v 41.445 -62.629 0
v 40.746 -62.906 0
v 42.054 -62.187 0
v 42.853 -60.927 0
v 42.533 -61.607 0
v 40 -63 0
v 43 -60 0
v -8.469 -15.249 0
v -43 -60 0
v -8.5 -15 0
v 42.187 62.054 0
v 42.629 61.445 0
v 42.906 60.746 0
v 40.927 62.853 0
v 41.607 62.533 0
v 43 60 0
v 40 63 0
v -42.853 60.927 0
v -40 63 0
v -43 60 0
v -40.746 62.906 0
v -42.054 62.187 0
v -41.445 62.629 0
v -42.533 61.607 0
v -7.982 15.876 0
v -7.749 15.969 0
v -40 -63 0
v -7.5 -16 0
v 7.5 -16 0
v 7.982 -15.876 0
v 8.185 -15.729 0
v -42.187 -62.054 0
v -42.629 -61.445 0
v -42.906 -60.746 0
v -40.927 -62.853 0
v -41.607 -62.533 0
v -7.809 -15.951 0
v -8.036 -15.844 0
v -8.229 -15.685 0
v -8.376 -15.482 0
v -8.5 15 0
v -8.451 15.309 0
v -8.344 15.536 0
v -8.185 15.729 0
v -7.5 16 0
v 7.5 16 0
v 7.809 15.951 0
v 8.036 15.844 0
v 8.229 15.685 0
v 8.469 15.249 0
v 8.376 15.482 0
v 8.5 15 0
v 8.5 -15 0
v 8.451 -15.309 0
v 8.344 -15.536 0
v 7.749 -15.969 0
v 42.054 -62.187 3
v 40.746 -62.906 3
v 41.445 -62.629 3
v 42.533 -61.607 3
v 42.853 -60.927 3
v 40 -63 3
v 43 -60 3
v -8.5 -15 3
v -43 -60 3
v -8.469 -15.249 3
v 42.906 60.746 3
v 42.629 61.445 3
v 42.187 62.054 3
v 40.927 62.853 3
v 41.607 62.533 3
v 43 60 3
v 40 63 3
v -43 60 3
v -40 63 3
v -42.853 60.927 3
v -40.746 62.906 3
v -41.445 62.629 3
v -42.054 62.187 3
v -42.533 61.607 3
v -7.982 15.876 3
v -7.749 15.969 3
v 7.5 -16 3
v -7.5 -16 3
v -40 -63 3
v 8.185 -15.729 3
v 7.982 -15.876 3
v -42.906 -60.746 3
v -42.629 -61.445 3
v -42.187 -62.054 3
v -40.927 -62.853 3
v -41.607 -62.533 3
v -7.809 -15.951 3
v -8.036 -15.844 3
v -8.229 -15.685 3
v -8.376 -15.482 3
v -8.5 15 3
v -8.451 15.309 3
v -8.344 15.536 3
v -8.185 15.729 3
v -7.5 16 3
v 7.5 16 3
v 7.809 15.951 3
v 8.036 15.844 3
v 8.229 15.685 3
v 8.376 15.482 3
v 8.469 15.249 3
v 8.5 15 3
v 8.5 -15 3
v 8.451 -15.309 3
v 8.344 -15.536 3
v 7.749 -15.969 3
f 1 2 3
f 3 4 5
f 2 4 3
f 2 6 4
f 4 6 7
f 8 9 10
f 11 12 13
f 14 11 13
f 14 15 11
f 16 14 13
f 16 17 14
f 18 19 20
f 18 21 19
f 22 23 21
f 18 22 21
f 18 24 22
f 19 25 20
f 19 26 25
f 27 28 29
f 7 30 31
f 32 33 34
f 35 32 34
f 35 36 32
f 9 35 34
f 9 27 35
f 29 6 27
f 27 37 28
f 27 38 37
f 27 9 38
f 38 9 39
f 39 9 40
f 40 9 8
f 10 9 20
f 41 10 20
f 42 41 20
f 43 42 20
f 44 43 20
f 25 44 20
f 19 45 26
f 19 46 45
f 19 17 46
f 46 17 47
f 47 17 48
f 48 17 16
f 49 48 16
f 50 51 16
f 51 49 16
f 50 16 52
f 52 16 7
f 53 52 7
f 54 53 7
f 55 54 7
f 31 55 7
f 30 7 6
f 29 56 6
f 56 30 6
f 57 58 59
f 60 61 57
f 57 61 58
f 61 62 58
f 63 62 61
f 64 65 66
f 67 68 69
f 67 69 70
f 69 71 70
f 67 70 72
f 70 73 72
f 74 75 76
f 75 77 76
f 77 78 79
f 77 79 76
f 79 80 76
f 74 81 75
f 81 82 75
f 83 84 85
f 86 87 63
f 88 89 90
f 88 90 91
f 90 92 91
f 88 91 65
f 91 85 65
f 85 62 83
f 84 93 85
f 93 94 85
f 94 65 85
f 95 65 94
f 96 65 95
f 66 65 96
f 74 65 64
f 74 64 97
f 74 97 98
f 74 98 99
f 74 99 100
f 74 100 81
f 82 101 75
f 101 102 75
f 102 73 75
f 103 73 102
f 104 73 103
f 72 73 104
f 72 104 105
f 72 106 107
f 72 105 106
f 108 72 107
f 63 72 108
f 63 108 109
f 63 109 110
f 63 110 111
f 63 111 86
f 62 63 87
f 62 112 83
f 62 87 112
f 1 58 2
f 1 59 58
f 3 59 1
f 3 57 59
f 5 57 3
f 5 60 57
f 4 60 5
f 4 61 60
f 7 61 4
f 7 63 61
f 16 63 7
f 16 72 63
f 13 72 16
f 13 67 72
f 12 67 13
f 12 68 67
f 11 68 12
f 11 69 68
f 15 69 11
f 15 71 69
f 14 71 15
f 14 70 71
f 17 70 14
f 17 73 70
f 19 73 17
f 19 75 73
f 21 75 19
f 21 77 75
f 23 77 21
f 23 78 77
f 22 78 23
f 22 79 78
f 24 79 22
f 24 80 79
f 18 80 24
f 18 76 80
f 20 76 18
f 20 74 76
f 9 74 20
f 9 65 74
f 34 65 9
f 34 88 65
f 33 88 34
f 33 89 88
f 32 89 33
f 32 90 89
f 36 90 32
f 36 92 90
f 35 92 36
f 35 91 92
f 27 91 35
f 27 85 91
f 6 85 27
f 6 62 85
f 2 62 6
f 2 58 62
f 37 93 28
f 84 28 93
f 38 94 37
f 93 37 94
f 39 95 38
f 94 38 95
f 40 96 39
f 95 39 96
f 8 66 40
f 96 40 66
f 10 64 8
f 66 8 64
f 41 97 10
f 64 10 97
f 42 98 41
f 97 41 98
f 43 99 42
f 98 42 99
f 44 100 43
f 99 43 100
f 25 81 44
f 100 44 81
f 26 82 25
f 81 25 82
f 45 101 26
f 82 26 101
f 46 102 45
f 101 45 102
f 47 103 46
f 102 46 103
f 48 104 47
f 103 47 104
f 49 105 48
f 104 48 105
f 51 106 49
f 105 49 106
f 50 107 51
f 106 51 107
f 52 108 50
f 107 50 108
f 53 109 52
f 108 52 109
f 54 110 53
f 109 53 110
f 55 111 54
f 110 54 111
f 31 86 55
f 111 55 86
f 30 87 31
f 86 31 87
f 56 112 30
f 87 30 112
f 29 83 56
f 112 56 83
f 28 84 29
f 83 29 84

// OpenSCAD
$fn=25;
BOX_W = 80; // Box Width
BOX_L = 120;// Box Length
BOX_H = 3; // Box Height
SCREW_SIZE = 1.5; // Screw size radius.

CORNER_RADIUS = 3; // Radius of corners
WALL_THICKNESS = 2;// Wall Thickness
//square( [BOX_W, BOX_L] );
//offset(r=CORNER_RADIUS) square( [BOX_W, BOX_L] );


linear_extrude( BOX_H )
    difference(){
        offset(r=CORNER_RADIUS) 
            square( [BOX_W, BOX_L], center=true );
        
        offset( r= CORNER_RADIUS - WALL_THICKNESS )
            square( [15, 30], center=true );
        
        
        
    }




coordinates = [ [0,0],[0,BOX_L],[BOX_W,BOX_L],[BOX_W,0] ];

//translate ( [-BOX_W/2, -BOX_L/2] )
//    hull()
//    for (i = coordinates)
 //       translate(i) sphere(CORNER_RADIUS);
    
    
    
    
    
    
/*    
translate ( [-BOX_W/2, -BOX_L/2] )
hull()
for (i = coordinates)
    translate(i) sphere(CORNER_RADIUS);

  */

#####

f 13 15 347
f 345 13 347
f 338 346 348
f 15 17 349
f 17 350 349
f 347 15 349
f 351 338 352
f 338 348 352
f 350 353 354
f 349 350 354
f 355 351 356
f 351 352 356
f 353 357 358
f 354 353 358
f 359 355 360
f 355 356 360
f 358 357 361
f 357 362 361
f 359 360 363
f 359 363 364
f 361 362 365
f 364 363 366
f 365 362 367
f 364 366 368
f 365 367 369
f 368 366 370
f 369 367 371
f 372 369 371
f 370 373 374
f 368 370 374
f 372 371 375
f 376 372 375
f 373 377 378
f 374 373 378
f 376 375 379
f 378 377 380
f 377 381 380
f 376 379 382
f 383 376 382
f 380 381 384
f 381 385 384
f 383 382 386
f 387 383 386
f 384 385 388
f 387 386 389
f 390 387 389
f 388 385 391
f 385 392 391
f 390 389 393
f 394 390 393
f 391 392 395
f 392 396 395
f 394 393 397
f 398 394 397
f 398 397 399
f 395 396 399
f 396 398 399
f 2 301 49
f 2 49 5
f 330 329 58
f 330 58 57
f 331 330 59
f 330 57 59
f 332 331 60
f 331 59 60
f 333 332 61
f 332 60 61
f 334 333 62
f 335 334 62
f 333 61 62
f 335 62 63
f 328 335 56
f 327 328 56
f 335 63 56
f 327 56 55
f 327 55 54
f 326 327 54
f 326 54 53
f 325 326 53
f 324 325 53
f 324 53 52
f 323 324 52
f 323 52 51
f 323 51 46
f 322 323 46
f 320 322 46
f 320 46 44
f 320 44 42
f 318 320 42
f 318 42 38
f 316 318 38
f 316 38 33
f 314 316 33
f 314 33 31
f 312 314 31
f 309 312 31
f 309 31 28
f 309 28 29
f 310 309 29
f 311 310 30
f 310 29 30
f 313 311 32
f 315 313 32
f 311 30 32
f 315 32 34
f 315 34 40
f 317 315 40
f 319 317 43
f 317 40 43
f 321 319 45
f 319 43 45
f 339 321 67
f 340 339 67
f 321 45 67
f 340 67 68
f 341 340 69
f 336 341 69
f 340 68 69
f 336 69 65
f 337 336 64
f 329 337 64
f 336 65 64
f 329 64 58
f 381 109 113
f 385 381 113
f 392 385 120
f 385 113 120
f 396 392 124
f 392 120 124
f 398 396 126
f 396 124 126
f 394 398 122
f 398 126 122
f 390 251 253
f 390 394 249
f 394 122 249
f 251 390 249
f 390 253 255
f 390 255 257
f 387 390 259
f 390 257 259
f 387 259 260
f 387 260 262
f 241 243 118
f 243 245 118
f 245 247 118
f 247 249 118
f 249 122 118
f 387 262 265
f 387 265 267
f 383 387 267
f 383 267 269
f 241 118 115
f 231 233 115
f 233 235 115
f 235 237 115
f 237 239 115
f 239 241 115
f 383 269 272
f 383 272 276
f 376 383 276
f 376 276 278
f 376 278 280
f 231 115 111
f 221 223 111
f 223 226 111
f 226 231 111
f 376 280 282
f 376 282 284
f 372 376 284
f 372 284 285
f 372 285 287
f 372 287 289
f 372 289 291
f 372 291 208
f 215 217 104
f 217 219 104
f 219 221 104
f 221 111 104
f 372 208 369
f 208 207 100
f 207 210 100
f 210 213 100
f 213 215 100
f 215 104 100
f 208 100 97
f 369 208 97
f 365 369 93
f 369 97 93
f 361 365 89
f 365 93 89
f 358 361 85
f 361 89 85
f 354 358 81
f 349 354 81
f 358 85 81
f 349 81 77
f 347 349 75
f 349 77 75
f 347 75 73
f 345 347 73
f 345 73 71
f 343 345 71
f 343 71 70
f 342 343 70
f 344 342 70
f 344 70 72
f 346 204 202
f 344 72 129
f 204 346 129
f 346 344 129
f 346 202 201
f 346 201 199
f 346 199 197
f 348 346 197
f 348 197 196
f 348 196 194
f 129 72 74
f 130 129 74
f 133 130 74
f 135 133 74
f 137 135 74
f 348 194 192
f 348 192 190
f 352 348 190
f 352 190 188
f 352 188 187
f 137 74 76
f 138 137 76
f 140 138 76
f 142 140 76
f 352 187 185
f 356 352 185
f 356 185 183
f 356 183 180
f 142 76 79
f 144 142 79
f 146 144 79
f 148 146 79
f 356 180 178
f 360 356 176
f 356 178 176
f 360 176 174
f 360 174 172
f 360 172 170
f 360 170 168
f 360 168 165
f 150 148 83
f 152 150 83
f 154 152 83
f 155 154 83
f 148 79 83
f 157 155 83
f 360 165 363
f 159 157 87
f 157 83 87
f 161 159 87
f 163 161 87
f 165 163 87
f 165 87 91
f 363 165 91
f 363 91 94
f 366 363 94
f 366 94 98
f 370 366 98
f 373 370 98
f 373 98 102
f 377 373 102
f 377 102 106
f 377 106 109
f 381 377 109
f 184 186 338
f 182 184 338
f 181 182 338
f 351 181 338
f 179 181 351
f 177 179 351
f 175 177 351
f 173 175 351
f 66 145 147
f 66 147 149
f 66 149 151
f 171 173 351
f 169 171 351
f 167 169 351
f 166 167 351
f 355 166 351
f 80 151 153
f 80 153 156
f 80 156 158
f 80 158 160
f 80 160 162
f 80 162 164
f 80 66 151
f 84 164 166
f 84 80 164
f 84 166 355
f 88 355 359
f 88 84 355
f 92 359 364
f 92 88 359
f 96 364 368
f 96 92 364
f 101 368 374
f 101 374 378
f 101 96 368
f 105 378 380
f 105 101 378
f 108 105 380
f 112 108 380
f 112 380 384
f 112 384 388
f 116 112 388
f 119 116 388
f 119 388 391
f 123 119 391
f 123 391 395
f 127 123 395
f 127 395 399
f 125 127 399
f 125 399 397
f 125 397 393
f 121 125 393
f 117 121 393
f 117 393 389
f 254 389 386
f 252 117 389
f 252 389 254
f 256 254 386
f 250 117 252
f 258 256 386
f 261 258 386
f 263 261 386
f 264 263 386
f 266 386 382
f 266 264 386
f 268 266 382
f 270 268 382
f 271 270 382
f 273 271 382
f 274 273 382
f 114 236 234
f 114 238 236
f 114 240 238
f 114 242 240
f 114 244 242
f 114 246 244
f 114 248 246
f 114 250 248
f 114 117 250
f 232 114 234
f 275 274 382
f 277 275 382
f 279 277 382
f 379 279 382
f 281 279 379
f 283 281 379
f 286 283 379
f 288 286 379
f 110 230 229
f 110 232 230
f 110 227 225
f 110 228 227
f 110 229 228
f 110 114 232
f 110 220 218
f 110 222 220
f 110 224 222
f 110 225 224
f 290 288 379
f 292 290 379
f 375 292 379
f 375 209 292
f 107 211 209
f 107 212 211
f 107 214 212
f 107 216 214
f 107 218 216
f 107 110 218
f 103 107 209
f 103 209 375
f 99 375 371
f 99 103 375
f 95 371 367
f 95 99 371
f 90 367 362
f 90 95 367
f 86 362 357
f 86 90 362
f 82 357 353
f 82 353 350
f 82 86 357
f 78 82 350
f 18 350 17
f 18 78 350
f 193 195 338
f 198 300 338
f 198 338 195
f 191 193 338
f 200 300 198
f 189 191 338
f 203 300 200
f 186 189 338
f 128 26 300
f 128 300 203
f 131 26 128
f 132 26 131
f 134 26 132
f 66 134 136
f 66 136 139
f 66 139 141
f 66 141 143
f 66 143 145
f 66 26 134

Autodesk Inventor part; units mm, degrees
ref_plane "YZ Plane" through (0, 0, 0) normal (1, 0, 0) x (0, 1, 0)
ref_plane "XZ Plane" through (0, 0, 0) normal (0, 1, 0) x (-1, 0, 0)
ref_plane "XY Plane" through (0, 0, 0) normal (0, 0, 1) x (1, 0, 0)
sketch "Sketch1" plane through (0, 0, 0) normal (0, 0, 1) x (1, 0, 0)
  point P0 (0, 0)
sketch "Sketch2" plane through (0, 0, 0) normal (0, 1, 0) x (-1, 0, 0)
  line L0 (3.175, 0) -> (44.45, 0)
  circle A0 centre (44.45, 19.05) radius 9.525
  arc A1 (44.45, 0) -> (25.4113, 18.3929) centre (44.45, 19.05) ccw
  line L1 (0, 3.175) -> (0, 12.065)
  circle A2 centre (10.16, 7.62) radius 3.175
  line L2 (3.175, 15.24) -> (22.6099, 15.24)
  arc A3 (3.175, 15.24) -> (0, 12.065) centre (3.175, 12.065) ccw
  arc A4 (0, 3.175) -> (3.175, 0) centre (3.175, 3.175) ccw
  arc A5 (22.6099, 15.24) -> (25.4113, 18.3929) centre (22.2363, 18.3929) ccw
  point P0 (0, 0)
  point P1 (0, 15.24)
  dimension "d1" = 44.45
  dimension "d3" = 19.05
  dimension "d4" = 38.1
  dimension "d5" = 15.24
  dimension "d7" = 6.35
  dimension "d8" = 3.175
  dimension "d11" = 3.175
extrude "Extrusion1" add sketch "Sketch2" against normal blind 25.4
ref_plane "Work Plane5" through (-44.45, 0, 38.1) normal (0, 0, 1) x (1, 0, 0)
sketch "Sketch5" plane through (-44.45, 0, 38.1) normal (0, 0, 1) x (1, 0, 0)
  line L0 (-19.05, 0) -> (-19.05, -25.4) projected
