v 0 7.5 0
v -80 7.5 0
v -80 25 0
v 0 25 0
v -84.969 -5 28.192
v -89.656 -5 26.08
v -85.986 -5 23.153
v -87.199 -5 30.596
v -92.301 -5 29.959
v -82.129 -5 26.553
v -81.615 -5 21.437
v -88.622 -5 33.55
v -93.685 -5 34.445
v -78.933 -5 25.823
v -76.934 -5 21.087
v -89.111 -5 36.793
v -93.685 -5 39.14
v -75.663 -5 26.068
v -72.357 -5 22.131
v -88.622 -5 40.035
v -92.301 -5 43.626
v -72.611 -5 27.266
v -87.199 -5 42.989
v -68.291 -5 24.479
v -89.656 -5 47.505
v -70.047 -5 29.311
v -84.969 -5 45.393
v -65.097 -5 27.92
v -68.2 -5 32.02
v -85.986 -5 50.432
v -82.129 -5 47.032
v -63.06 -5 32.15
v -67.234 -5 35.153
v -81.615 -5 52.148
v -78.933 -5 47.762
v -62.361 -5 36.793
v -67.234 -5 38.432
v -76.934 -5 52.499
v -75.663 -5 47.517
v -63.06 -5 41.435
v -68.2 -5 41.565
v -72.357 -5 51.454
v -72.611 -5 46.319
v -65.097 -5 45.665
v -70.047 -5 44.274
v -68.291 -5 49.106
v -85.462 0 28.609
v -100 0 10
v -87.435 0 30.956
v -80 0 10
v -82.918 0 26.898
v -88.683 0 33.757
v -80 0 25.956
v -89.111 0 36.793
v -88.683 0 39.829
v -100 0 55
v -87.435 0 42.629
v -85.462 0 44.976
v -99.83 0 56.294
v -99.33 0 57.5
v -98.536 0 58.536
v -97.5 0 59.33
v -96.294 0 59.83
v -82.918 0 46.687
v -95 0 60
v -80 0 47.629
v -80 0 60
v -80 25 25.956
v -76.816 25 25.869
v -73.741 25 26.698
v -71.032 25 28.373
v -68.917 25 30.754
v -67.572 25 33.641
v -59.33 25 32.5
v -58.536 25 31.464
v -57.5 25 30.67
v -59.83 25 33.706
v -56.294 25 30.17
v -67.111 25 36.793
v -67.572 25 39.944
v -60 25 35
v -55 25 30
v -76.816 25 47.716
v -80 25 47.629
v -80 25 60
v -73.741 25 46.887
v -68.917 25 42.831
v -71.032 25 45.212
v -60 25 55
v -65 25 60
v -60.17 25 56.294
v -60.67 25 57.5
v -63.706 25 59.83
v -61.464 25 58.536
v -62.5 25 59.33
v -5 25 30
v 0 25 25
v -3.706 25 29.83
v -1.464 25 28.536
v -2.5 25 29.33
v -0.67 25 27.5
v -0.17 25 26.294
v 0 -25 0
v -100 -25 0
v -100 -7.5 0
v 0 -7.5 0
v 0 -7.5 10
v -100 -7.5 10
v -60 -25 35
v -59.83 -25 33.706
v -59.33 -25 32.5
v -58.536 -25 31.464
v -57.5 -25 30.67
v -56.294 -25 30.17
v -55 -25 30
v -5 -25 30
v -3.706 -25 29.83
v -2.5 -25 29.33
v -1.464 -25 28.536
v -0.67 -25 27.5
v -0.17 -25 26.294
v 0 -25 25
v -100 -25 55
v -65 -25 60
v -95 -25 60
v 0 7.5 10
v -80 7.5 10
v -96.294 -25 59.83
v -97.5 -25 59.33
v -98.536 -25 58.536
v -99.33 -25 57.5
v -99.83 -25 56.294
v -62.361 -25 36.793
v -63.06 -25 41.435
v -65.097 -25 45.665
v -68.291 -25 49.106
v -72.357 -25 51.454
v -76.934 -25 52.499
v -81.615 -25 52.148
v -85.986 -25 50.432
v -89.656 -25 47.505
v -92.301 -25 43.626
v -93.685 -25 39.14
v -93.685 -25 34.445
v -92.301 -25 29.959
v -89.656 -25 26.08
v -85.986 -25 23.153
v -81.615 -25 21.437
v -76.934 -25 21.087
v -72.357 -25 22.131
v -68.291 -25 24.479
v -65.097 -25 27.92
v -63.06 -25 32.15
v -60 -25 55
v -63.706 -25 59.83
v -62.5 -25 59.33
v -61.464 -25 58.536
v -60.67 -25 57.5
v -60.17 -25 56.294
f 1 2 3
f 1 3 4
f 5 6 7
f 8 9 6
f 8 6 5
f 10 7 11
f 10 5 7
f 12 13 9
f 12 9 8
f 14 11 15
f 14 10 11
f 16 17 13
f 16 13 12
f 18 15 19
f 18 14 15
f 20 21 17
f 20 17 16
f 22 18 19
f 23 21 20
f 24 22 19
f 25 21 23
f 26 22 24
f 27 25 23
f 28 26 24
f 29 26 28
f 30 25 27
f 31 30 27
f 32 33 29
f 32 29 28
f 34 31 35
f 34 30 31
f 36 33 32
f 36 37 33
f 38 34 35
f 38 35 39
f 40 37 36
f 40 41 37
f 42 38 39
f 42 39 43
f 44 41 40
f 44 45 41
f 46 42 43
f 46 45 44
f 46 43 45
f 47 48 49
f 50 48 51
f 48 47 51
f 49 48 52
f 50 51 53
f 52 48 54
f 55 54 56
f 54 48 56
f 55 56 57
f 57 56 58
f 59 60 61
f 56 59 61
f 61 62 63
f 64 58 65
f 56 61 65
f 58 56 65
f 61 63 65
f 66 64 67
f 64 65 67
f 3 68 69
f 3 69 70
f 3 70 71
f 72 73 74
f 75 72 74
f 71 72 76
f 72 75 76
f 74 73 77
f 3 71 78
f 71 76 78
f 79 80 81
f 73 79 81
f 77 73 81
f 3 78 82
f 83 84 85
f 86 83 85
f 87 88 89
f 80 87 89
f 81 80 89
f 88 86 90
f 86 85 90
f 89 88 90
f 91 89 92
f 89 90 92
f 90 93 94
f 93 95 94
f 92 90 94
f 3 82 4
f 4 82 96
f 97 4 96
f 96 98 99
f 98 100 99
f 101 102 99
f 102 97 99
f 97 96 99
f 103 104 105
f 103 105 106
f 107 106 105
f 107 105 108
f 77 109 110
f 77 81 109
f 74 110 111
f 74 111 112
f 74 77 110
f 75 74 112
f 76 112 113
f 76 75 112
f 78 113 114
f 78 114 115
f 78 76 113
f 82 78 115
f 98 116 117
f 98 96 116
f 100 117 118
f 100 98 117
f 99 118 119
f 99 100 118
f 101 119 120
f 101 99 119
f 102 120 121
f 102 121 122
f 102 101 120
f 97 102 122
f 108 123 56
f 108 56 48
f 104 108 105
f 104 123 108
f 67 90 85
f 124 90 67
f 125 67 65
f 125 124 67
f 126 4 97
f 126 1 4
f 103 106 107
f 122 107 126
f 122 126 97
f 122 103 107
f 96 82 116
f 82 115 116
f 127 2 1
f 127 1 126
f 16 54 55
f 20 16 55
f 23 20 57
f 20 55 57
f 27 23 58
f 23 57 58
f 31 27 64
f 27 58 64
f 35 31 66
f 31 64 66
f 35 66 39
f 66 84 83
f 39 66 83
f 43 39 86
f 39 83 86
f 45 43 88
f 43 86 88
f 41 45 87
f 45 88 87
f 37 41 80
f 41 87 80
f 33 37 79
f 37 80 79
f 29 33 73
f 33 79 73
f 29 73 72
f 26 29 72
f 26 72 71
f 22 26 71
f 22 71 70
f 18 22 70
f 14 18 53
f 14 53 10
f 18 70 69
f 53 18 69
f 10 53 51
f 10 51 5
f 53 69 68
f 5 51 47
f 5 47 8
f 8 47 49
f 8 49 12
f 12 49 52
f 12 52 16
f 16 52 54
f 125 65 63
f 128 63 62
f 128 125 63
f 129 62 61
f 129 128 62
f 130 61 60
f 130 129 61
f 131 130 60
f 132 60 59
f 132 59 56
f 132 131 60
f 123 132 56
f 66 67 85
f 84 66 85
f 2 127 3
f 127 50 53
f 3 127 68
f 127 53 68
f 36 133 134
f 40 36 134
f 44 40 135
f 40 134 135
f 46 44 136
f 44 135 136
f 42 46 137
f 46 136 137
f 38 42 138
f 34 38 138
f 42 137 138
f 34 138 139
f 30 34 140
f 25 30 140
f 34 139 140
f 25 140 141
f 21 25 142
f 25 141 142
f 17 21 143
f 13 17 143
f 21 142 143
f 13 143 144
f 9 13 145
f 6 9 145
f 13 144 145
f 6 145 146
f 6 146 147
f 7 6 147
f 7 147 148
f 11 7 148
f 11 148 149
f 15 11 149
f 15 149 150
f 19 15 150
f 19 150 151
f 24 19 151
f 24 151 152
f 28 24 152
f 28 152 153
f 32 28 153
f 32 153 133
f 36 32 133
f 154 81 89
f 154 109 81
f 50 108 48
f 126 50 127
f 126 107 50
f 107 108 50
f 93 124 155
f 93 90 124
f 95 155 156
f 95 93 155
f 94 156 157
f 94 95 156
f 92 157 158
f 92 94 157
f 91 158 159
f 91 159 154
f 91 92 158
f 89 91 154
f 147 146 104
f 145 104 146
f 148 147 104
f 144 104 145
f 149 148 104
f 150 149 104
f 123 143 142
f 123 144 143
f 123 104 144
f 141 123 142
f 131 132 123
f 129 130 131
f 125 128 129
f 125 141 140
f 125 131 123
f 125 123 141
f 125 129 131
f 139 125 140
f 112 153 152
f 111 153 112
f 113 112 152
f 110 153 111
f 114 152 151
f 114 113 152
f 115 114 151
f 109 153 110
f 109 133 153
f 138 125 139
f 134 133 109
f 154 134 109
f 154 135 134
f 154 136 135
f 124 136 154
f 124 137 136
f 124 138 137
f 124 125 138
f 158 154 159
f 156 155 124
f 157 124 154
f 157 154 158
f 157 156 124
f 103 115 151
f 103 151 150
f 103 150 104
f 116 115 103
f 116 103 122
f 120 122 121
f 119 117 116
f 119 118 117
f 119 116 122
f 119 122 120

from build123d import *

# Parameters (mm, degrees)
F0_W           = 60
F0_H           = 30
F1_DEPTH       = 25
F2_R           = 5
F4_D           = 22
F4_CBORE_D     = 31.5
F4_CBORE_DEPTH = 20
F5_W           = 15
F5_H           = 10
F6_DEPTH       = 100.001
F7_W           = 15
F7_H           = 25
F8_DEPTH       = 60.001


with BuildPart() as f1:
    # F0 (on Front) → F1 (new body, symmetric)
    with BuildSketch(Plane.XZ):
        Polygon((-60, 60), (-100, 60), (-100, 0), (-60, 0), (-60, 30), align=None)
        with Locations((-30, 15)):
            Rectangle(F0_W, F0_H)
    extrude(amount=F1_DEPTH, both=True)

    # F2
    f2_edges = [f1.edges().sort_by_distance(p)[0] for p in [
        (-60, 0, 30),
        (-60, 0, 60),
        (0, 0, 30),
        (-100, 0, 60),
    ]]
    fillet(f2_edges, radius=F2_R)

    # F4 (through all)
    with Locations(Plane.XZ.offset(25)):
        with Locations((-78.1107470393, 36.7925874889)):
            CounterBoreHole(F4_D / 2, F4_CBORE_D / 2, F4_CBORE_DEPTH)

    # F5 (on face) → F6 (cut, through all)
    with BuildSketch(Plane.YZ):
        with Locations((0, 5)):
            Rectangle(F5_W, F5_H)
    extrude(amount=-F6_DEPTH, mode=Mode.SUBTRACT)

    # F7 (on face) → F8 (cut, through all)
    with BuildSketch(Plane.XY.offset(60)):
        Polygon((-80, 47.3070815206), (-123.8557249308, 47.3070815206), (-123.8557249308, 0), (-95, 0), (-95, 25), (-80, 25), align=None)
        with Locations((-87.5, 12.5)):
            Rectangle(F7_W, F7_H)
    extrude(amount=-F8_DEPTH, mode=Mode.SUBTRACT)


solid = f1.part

#####

** EXERCISE PROMPT **
Could you return exactly the lines above from the line with "v 41.445 -62.629 0" to the line with "v -8.376 -15.482 3", both included, and nothing else?

** RESULT **
v 41.445 -62.629 0
v 40.746 -62.906 0
v 42.054 -62.187 0
v 42.853 -60.927 0
v 42.533 -61.607 0
v 40 -63 0
v 43 -60 0
v -8.469 -15.249 0
v -43 -60 0
v -8.5 -15 0
v 42.187 62.054 0
v 42.629 61.445 0
v 42.906 60.746 0
v 40.927 62.853 0
v 41.607 62.533 0
v 43 60 0
v 40 63 0
v -42.853 60.927 0
v -40 63 0
v -43 60 0
v -40.746 62.906 0
v -42.054 62.187 0
v -41.445 62.629 0
v -42.533 61.607 0
v -7.982 15.876 0
v -7.749 15.969 0
v -40 -63 0
v -7.5 -16 0
v 7.5 -16 0
v 7.982 -15.876 0
v 8.185 -15.729 0
v -42.187 -62.054 0
v -42.629 -61.445 0
v -42.906 -60.746 0
v -40.927 -62.853 0
v -41.607 -62.533 0
v -7.809 -15.951 0
v -8.036 -15.844 0
v -8.229 -15.685 0
v -8.376 -15.482 0
v -8.5 15 0
v -8.451 15.309 0
v -8.344 15.536 0
v -8.185 15.729 0
v -7.5 16 0
v 7.5 16 0
v 7.809 15.951 0
v 8.036 15.844 0
v 8.229 15.685 0
v 8.469 15.249 0
v 8.376 15.482 0
v 8.5 15 0
v 8.5 -15 0
v 8.451 -15.309 0
v 8.344 -15.536 0
v 7.749 -15.969 0
v 42.054 -62.187 3
v 40.746 -62.906 3
v 41.445 -62.629 3
v 42.533 -61.607 3
v 42.853 -60.927 3
v 40 -63 3
v 43 -60 3
v -8.5 -15 3
v -43 -60 3
v -8.469 -15.249 3
v 42.906 60.746 3
v 42.629 61.445 3
v 42.187 62.054 3
v 40.927 62.853 3
v 41.607 62.533 3
v 43 60 3
v 40 63 3
v -43 60 3
v -40 63 3
v -42.853 60.927 3
v -40.746 62.906 3
v -41.445 62.629 3
v -42.054 62.187 3
v -42.533 61.607 3
v -7.982 15.876 3
v -7.749 15.969 3
v 7.5 -16 3
v -7.5 -16 3
v -40 -63 3
v 8.185 -15.729 3
v 7.982 -15.876 3
v -42.906 -60.746 3
v -42.629 -61.445 3
v -42.187 -62.054 3
v -40.927 -62.853 3
v -41.607 -62.533 3
v -7.809 -15.951 3
v -8.036 -15.844 3
v -8.229 -15.685 3
v -8.376 -15.482 3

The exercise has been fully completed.